** Exercise requirements **
Repeat precisely the span of lines below that opens with the line containing "v 9.7 0 -0.8" and closes with the line containing "f 138 45 137", both included.

Dataset entries:
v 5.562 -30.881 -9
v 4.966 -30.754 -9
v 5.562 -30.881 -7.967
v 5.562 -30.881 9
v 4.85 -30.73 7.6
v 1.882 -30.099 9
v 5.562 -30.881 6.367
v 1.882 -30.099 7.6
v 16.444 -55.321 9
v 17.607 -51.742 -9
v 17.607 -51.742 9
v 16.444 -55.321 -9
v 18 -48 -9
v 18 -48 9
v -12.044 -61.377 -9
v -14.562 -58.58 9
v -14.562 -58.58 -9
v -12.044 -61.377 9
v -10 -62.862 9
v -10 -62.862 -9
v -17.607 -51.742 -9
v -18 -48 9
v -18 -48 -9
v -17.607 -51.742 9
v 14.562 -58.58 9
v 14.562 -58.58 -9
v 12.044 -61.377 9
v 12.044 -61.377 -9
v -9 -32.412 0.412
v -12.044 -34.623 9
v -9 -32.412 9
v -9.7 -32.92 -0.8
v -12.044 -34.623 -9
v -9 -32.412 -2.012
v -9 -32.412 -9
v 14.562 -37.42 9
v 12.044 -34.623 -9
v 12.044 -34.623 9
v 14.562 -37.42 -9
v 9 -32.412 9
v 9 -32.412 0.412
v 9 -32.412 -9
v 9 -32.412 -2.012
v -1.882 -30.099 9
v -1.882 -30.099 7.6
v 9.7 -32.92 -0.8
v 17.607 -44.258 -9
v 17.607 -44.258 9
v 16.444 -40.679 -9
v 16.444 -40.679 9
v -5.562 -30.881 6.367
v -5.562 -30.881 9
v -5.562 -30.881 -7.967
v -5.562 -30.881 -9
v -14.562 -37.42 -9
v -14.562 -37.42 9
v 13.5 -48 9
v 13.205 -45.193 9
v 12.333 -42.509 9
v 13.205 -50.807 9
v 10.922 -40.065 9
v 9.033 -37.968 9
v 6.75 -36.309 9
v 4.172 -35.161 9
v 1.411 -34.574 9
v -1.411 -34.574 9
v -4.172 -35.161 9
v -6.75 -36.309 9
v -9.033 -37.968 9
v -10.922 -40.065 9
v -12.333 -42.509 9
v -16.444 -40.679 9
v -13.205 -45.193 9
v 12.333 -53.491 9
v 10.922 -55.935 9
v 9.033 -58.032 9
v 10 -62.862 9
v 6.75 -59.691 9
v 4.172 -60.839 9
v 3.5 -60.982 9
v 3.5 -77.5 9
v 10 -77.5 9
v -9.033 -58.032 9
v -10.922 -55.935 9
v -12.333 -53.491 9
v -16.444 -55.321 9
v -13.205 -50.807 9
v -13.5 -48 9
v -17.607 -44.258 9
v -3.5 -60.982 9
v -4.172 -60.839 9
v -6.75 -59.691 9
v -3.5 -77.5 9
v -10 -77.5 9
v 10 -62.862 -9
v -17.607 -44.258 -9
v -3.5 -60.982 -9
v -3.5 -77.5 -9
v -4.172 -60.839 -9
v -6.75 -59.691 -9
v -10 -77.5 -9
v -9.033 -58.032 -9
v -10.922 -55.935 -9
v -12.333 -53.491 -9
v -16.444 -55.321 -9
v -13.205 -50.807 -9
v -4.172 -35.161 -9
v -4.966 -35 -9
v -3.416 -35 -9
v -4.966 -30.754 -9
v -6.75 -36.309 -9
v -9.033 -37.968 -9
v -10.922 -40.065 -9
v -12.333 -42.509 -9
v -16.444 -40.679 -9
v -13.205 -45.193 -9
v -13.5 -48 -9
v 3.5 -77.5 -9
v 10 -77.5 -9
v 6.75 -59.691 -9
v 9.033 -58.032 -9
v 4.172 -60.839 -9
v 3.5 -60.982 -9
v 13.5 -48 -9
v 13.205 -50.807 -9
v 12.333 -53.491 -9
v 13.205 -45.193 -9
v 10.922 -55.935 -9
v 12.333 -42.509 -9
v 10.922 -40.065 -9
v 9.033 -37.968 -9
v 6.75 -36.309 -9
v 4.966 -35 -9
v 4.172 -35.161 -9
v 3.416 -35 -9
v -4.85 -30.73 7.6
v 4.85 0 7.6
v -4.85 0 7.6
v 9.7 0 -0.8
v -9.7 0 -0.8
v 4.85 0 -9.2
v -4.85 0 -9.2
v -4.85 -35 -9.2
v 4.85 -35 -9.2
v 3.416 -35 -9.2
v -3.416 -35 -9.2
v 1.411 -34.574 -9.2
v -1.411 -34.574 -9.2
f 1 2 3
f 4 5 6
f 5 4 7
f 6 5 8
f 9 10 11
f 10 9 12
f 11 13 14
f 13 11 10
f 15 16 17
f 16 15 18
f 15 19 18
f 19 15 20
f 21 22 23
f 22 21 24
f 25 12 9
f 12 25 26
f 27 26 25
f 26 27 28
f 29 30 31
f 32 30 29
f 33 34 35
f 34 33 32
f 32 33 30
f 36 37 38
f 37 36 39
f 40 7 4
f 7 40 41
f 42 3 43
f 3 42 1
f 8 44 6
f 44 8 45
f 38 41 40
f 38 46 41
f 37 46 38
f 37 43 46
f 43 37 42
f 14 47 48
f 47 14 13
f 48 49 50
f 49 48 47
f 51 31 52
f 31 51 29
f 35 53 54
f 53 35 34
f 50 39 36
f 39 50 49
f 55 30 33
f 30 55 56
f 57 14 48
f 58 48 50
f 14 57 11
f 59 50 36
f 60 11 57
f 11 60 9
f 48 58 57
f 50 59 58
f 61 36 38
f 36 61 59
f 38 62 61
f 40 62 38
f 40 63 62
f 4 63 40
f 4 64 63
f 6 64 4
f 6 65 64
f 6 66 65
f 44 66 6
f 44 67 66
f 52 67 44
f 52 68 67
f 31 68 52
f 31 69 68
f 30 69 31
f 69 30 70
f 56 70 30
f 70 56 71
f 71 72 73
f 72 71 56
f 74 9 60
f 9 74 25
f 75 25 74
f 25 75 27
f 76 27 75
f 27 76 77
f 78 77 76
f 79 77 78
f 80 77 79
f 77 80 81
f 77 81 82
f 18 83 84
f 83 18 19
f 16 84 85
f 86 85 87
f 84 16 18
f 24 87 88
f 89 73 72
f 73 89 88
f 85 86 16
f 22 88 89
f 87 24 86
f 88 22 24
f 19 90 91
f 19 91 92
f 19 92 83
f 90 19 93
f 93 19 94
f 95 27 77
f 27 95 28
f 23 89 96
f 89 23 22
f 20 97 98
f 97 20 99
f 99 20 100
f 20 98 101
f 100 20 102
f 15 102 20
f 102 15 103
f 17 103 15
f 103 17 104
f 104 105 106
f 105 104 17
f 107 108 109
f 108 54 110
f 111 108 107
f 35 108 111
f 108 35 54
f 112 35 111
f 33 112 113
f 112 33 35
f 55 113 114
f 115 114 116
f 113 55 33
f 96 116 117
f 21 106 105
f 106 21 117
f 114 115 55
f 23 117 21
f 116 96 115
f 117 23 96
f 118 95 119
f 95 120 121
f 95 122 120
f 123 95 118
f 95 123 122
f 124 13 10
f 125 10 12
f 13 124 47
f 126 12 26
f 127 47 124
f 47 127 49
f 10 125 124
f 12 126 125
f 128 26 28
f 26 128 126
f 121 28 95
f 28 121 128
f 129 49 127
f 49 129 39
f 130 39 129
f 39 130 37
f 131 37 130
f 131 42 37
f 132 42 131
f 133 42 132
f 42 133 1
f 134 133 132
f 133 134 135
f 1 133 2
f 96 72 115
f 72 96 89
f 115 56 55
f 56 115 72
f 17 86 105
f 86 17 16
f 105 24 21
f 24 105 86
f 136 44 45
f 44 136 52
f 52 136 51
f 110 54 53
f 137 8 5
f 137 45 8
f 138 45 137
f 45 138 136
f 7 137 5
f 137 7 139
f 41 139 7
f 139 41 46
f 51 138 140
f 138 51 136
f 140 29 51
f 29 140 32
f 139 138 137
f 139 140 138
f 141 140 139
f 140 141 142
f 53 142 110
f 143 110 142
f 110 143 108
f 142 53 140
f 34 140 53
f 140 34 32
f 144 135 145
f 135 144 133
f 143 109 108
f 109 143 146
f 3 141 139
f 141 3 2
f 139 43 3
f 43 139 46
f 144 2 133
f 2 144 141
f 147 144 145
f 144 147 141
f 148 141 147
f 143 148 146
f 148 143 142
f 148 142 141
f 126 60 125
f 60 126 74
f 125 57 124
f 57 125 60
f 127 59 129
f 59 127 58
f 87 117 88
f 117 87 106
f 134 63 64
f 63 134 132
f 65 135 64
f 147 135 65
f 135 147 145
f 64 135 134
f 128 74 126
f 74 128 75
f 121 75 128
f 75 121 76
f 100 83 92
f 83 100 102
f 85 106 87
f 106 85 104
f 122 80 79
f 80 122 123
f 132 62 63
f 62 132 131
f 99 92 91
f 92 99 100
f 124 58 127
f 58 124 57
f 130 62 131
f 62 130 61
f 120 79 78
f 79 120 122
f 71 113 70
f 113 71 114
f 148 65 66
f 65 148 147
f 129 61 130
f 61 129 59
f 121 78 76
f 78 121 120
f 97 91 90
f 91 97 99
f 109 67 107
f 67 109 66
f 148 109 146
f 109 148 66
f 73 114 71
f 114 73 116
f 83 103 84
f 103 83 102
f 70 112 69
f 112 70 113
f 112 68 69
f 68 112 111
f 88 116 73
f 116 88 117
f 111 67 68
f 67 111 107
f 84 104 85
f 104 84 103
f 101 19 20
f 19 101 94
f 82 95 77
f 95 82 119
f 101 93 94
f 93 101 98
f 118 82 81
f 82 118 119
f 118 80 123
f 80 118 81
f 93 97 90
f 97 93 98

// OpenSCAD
rotate([90, 0, 0]){
difference() 
{ 
// ode�et distan�n� mezery


union() 
{
// p�i�ten� patic pro sta�en�

difference() 
{ 
// diffference pro  otvor pro osazen� na ty�



union() 
{
// union pro v�lec napojen� na cylinder pro zasazen� do rukojeti

union() 
// union pro p�ipojen� cylinderu na v�lec
{


//cylinder(h = 14, r1 = 17, r2 = 10, center = true); 
//cylinder-nepouzite skoseni napojeni tyce pro usazeni v rukojeti

//zakladn�
#translate([0,9,48]) rotate ([90,0,0])cylinder(h = 18, r=18);
// 40 je nastavena vnitrni prumer na 35 a vnejsi na 40
        
} 
translate([0,-0.8,0]) rotate ([0,0,0]) cylinder(h=35, r=9.7,$fn=6); 
// umisteni ctverce pro dosazeni do rukojeti
//tloustka operky je 4mm + 14mm pro zesileni
//19 je posun nahoru a dolu/////35 vyska propojky
}
translate([0,10,48]) rotate ([90,0,0])cylinder(h = 20, r=13.5);
// odecitaci valec pro otvor na osazen� ty�e

//27 je vnitrni prumer

}
translate([0,0,70]) rotate ([90,0,0]) cube(size = [20,15,18], center = true);
//sloupky pro utazeni
}
translate([0,10,80]) rotate ([0,0,0])cube(size = [7,50,40], center = true);
//odecet distancni mezery
}        


//# pro zviditeleneni
//priblizeni shift+prav tlacitko mysi+ pousouvani dopredu/dozadu
}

** Result **
v 9.7 0 -0.8
v -9.7 0 -0.8
v 4.85 0 -9.2
v -4.85 0 -9.2
v -4.85 -35 -9.2
v 4.85 -35 -9.2
v 3.416 -35 -9.2
v -3.416 -35 -9.2
v 1.411 -34.574 -9.2
v -1.411 -34.574 -9.2
f 1 2 3
f 4 5 6
f 5 4 7
f 6 5 8
f 9 10 11
f 10 9 12
f 11 13 14
f 13 11 10
f 15 16 17
f 16 15 18
f 15 19 18
f 19 15 20
f 21 22 23
f 22 21 24
f 25 12 9
f 12 25 26
f 27 26 25
f 26 27 28
f 29 30 31
f 32 30 29
f 33 34 35
f 34 33 32
f 32 33 30
f 36 37 38
f 37 36 39
f 40 7 4
f 7 40 41
f 42 3 43
f 3 42 1
f 8 44 6
f 44 8 45
f 38 41 40
f 38 46 41
f 37 46 38
f 37 43 46
f 43 37 42
f 14 47 48
f 47 14 13
f 48 49 50
f 49 48 47
f 51 31 52
f 31 51 29
f 35 53 54
f 53 35 34
f 50 39 36
f 39 50 49
f 55 30 33
f 30 55 56
f 57 14 48
f 58 48 50
f 14 57 11
f 59 50 36
f 60 11 57
f 11 60 9
f 48 58 57
f 50 59 58
f 61 36 38
f 36 61 59
f 38 62 61
f 40 62 38
f 40 63 62
f 4 63 40
f 4 64 63
f 6 64 4
f 6 65 64
f 6 66 65
f 44 66 6
f 44 67 66
f 52 67 44
f 52 68 67
f 31 68 52
f 31 69 68
f 30 69 31
f 69 30 70
f 56 70 30
f 70 56 71
f 71 72 73
f 72 71 56
f 74 9 60
f 9 74 25
f 75 25 74
f 25 75 27
f 76 27 75
f 27 76 77
f 78 77 76
f 79 77 78
f 80 77 79
f 77 80 81
f 77 81 82
f 18 83 84
f 83 18 19
f 16 84 85
f 86 85 87
f 84 16 18
f 24 87 88
f 89 73 72
f 73 89 88
f 85 86 16
f 22 88 89
f 87 24 86
f 88 22 24
f 19 90 91
f 19 91 92
f 19 92 83
f 90 19 93
f 93 19 94
f 95 27 77
f 27 95 28
f 23 89 96
f 89 23 22
f 20 97 98
f 97 20 99
f 99 20 100
f 20 98 101
f 100 20 102
f 15 102 20
f 102 15 103
f 17 103 15
f 103 17 104
f 104 105 106
f 105 104 17
f 107 108 109
f 108 54 110
f 111 108 107
f 35 108 111
f 108 35 54
f 112 35 111
f 33 112 113
f 112 33 35
f 55 113 114
f 115 114 116
f 113 55 33
f 96 116 117
f 21 106 105
f 106 21 117
f 114 115 55
f 23 117 21
f 116 96 115
f 117 23 96
f 118 95 119
f 95 120 121
f 95 122 120
f 123 95 118
f 95 123 122
f 124 13 10
f 125 10 12
f 13 124 47
f 126 12 26
f 127 47 124
f 47 127 49
f 10 125 124
f 12 126 125
f 128 26 28
f 26 128 126
f 121 28 95
f 28 121 128
f 129 49 127
f 49 129 39
f 130 39 129
f 39 130 37
f 131 37 130
f 131 42 37
f 132 42 131
f 133 42 132
f 42 133 1
f 134 133 132
f 133 134 135
f 1 133 2
f 96 72 115
f 72 96 89
f 115 56 55
f 56 115 72
f 17 86 105
f 86 17 16
f 105 24 21
f 24 105 86
f 136 44 45
f 44 136 52
f 52 136 51
f 110 54 53
f 137 8 5
f 137 45 8
f 138 45 137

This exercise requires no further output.